# Early Xmas Pressie To Myself



## Silver Hawk (Dec 2, 2003)

All the way from a fellow collector and friend in Germany:




























That's it for today! :lol:


----------



## Davey P (Sep 9, 2010)

Excellent Christmas pressie mate - Bubble Wrap, the gift that keeps on giving! :lol:


----------



## PC-Magician (Apr 29, 2013)

I like the yellow box.


----------



## tixntox (Jul 17, 2009)

Are all the bits packaging or do they contain more "bits" ?????  :lookaround: :dontgetit: ardon:

Mike


----------



## Silver Hawk (Dec 2, 2003)

tixntox said:


> Are all the bits packaging or do they contain more "bits" ?????  :lookaround: :dontgetit: ardon:
> 
> Mike


They all contain more bits! :yes:


----------



## Who.
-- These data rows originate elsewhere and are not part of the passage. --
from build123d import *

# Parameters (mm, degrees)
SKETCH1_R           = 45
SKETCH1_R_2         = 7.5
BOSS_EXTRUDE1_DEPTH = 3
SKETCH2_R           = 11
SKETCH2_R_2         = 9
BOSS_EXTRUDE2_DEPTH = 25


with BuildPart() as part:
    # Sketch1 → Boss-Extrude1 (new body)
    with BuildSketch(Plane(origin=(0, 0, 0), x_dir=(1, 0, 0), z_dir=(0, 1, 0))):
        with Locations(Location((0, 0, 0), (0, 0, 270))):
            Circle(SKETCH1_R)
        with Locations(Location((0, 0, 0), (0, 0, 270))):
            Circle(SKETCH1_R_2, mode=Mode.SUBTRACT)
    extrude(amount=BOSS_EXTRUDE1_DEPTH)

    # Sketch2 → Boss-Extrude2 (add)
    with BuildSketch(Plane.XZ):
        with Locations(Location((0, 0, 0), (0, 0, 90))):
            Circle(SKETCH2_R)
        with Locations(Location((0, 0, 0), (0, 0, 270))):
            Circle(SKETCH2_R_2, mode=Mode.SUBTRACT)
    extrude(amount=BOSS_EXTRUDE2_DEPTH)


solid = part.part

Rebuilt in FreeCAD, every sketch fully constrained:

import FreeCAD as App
import Part
import Sketcher

V = App.Vector

doc = App.newDocument("Part")
body = doc.addObject("PartDesign::Body", "Body")

# Sketch on XZ plane
sketch1 = body.newObject("Sketcher::SketchObject", "Sketch")
sketch1.AttachmentSupport = (doc.getObject("XZ_Plane"), [""])
sketch1.MapMode = "FlatFace"
sketch1.addGeometry([
    Part.Circle(V(0, 0, 0), V(0, 0, 1), 45),
    Part.Circle(V(0, 0, 0), V(0, 0, 1), 7.5),
], False)
sketch1.addConstraint([
    Sketcher.Constraint("Coincident", 0, 3, -1, 1),
    Sketcher.Constraint("Coincident", 1, 3, -1, 1),
    Sketcher.Constraint("Diameter", 0, 90.0),
    Sketcher.Constraint("Diameter", 1, 15.0),
])
pad1 = body.newObject("PartDesign::Pad", "Pad")
pad1.Profile = sketch1
pad1.Length = 3
pad1.Reversed = True

# Sketch on XZ plane
sketch2 = body.newObject("Sketcher::SketchObject", "Sketch001")
sketch2.AttachmentSupport = (doc.getObject("XZ_Plane"), [""])
sketch2.MapMode = "FlatFace"
sketch2.addGeometry([
    Part.Circle(V(0, 0, 0), V(0, 0, 1), 11),
    Part.Circle(V(0, 0, 0), V(0, 0, 1), 9),
], False)
sketch2.addConstraint([
    Sketcher.Constraint("Coincident", 0, 3, -1, 1),
    Sketcher.Constraint("Coincident", 1, 3, -1, 1),
    Sketcher.Constraint("Diameter", 0, 22.0),
    Sketcher.Constraint("Diameter", 1, 18.0),
])
pad2 = body.newObject("PartDesign::Pad", "Pad001")
pad2.Profile = sketch2
pad2.Length = 25

doc.recompute()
Me? (Jan 12, 2007)

Ooo, I spy an Omega electronic box.

Lots of packages there though. What have you found?


----------



## trackrat (Jan 23, 2012)

You are a tease. :lol:


----------



## Silver Hawk (Dec 2, 2003)

Who. Me? said:


> Lots of packages there though. What have you found?


One of them is a crustacean's shell. :tongue2:


----------



## PDXWatchCollector (Nov 15, 2013)

Who. Me? said:


> Ooo, I spy an Omega electronic box.
> 
> Lots of packages there though. What have you found?


I see the Omega box too ... I thought Paul already had ALL the Omega f300 models! It's a red herring!! :tongue2:


----------



## Who. Me? (Jan 12, 2007)

Silver Hawk said:


> Who. Me? said:
> 
> 
> > Lots of packages there though. What have you found?
> ...


Good choice. With pushers or without?


----------



## Silver Hawk (Dec 2, 2003)

Who. Me? said:


> Silver Hawk said:
> 
> 
> > Who. Me? said:
> ...


With...NOS...but missing it's tail....it's a shame they don't grow new ones. Know where I can find one? (I can hear you laughing)


----------



## Who. Me? (Jan 12, 2007)

Silver Hawk said:


> With...NOS...but missing it's tail....it's a shame they don't grow new ones. Know where I can find one? (I can hear you laughing)


Very nice.

Not laughing, but grinning - I know how you feel. No leads on that I'm afraid.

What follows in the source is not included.